__PROBLEM TO SOLVE__.
From the data below, copy exactly the lines that lie between the one holding "f4_edges = [f1.edges().sort_by_distance(p)[0]" and the one holding "# FreeCAD 1.0 macro for this part", including both, and nothing more.

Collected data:
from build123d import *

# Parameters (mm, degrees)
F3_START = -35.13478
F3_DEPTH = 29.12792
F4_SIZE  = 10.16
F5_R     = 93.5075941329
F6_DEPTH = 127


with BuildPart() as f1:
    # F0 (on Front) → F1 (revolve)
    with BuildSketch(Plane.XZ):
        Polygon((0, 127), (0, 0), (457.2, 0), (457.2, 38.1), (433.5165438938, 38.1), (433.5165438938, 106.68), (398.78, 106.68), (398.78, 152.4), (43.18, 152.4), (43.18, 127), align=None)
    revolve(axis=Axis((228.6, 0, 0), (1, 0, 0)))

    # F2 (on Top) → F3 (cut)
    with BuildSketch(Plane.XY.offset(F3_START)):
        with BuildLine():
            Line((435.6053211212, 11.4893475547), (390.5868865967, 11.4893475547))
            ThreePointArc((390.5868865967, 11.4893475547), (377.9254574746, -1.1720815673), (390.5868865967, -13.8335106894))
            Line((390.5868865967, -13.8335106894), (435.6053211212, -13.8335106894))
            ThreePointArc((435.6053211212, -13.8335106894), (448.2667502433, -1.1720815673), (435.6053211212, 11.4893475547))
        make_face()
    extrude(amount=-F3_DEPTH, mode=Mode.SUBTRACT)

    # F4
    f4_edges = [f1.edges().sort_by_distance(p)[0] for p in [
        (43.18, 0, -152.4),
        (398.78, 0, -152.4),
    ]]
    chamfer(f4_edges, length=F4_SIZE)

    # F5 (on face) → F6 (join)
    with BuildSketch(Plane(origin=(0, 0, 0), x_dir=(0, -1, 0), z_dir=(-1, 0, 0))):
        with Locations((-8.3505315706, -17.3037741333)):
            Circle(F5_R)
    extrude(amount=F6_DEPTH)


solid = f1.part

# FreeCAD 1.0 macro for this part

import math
import FreeCAD as App
import Part
import Sketcher
Q = App.Units.Quantity


def edges_at(feature, points):
    """Names of the edges that pass closest to the given points."""
    edges = feature.Shape.Edges
    near = lambda p: min(range(len(edges)), key=lambda i: edges[i].distToShape(Part.Vertex(*p))[0])
    return sorted({f"Edge{near(p) + 1}" for p in points})


def add_polygon(sketch, points):
    """Adds a closed chain of lines whose ends are joined by coincident constraints."""
    first, n = sketch.GeometryCount, len(points)
    for a, b in zip(points, points[1:] + points[:1]):
        sketch.addGeometry(Part.LineSegment(App.Vector(*a, 0), App.Vector(*b, 0)), False)
    for i in range(n):
        sketch.addConstraint(Sketcher.Constraint("Coincident", first + i, 2, first + (i + 1) % n, 1))

doc = App.newDocument("Part")
body = doc.addObject("PartDesign::Body", "Body")

sketch1 = doc.addObject("Sketcher::SketchObject", "Sketch")
body.addObject(sketch1)
sketch1.AttachmentSupport = (doc.XZ_Plane, [""])
sketch1.MapMode = "FlatFace"
add_polygon(sketch1, [(0, 127), (0, 0), (457, 0), (457, 38), (434, 38), (434, 107), (399, 107), (399, 152), (43, 152), (43, 127)])
sketch1.addConstraint(Sketcher.Constraint("Vertical", 0))
sketch1.addConstraint(Sketcher.Constraint("Horizontal", 1))
sketch1.addConstraint(Sketcher.Constraint("Vertical", 2))
sketch1.addConstraint(Sketcher.Constraint("Horizontal", 3))
sketch1.addConstraint(Sketcher.Constraint("Vertical", 4))
sketch1.addConstraint(Sketcher.Constraint("Horizontal", 5))
sketch1.addConstraint(Sketcher.Constraint("Vertical", 6))
sketch1.addConstraint(Sketcher.Constraint("Horizontal", 7))
sketch1.addConstraint(Sketcher.Constraint("Vertical", 8))
sketch1.addConstraint(Sketcher.Constraint("Horizontal", 9))
sketch1.addConstraint(Sketcher.Constraint("Coincident", 0, 2, -1, 1))
sketch1.addConstraint(Sketcher.Constraint("DistanceX", 1, 1, 1, 2, Q("18 in")))
sketch1.addConstraint(Sketcher.Constraint("DistanceX", 7, 2, 7, 1, Q("14 in")))
sketch1.addConstraint(Sketcher.Constraint("DistanceY", 0, 2, 0, 1, Q("5 in")))
sketch1.addConstraint(Sketcher.Constraint("DistanceY", 8, 2, 8, 1, Q("1 in")))
sketch1.addConstraint(Sketcher.Constraint("DistanceX", 9, 2, 9, 1, Q("1.7 in")))
sketch1.addConstraint(Sketcher.Constraint("DistanceY", 2, 1, 2, 2, Q("1.5 in")))
sketch1.addConstraint(Sketcher.Constraint("DistanceY", 4, 1, 4, 2, Q("2.7 in")))
sketch1.addConstraint(Sketcher.Constraint("DistanceX", 3, 2, 3, 1, 23.683456))
revolution = doc.addObject("PartDesign::Revolution", "Revolution")
body.addObject(revolution)
revolution.Profile = sketch1
revolution.ReferenceAxis = (sketch1, ["H_Axis"])
revolution.Angle = 360

sketch2 = doc.addObject("Sketcher::SketchObject", "Sketch001")
body.addObject(sketch2)
sketch2.AttachmentSupport = (doc.XY_Plane, [""])
sketch2.MapMode = "FlatFace"
sketch2.AttachmentOffset = App.Placement(App.Vector(0, 0, -35.13478), App.Rotation())
sketch2.addGeometry(Part.LineSegment(App.Vector(436, 11, 0), App.Vector(391, 11, 0)), False)
sketch2.addGeometry(Part.ArcOfCircle(Part.Circle(App.Vector(391, -1, 0), App.Vector(0, 0, 1), 13), math.radians(90), math.radians(270)), False)
sketch2.addGeometry(Part.LineSegment(App.Vector(391, -14, 0), App.Vector(436, -14, 0)), False)
sketch2.addGeometry(Part.ArcOfCircle(Part.Circle(App.Vector(436, -1, 0), App.Vector(0, 0, 1), 13), math.radians(-90), math.radians(90)), False)
sketch2.addConstraint(Sketcher.Constraint("Tangent", 0, 2, 1, 1))
sketch2.addConstraint(Sketcher.Constraint("Tangent", 1, 2, 2, 1))
sketch2.addConstraint(Sketcher.Constraint("Tangent", 2, 2, 3, 1))
sketch2.addConstraint(Sketcher.Constraint("Tangent", 3, 2, 0, 1))
sketch2.addConstraint(Sketcher.Constraint("Horizontal", 0))
sketch2.addConstraint(Sketcher.Constraint("Horizontal", 2))
sketch2.addConstraint(Sketcher.Constraint("Radius", 1, 12.661429))
sketch2.addConstraint(Sketcher.Constraint("DistanceX", 0, 2, 0, 1, 45.018435))
sketch2.addConstraint(Sketcher.Constraint("DistanceY", 1, 3, -1, 1, 1.172082))
sketch2.addConstraint(Sketcher.Constraint("DistanceX", -1, 1, 3, 3, 435.605321))
pocket1 = doc.addObject("PartDesign::Pocket", "Pocket")
body.addObject(pocket1)
pocket1.Profile = sketch2
pocket1.Length = 29.12792
doc.recompute()

chamfer = doc.addObject("PartDesign::Chamfer", "Chamfer")
body.addObject(chamfer)
chamfer.Base = (pocket1, edges_at(pocket1, [(43.18, 0, -152.4), (398.78, 0, -152.4)]))
chamfer.Size = Q("0.4 in")

sketch3 = doc.addObject("Sketcher::SketchObject", "Sketch002")
body.addObject(sketch3)
sketch3.AttachmentSupport = (doc.YZ_Plane, [""])
sketch3.MapMode = "FlatFace"
sketch3.addGeometry(Part.Circle(App.Vector(8, -17, 0), App.Vector(0, 0, 1), 94), False)
sketch3.addConstraint(Sketcher.Constraint("Diameter", 0, 187.015188))
sketch3.addConstraint(Sketcher.Constraint("DistanceX", -1, 1, 0, 3, 8.350532))
sketch3.addConstraint(Sketcher.Constraint("DistanceY", 0, 3, -1, 1, 17.303774))
pad1 = doc.addObject("PartDesign::Pad", "Pad")
body.addObject(pad1)
pad1.Profile = sketch3
pad1.Length = Q("5 in")
pad1.Reversed = True

doc.recompute()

__WRITTEN ANSWER__.
    f4_edges = [f1.edges().sort_by_distance(p)[0] for p in [
        (43.18, 0, -152.4),
        (398.78, 0, -152.4),
    ]]
    chamfer(f4_edges, length=F4_SIZE)

    # F5 (on face) → F6 (join)
    with BuildSketch(Plane(origin=(0, 0, 0), x_dir=(0, -1, 0), z_dir=(-1, 0, 0))):
        with Locations((-8.3505315706, -17.3037741333)):
            Circle(F5_R)
    extrude(amount=F6_DEPTH)


solid = f1.part

# FreeCAD 1.0 macro for this part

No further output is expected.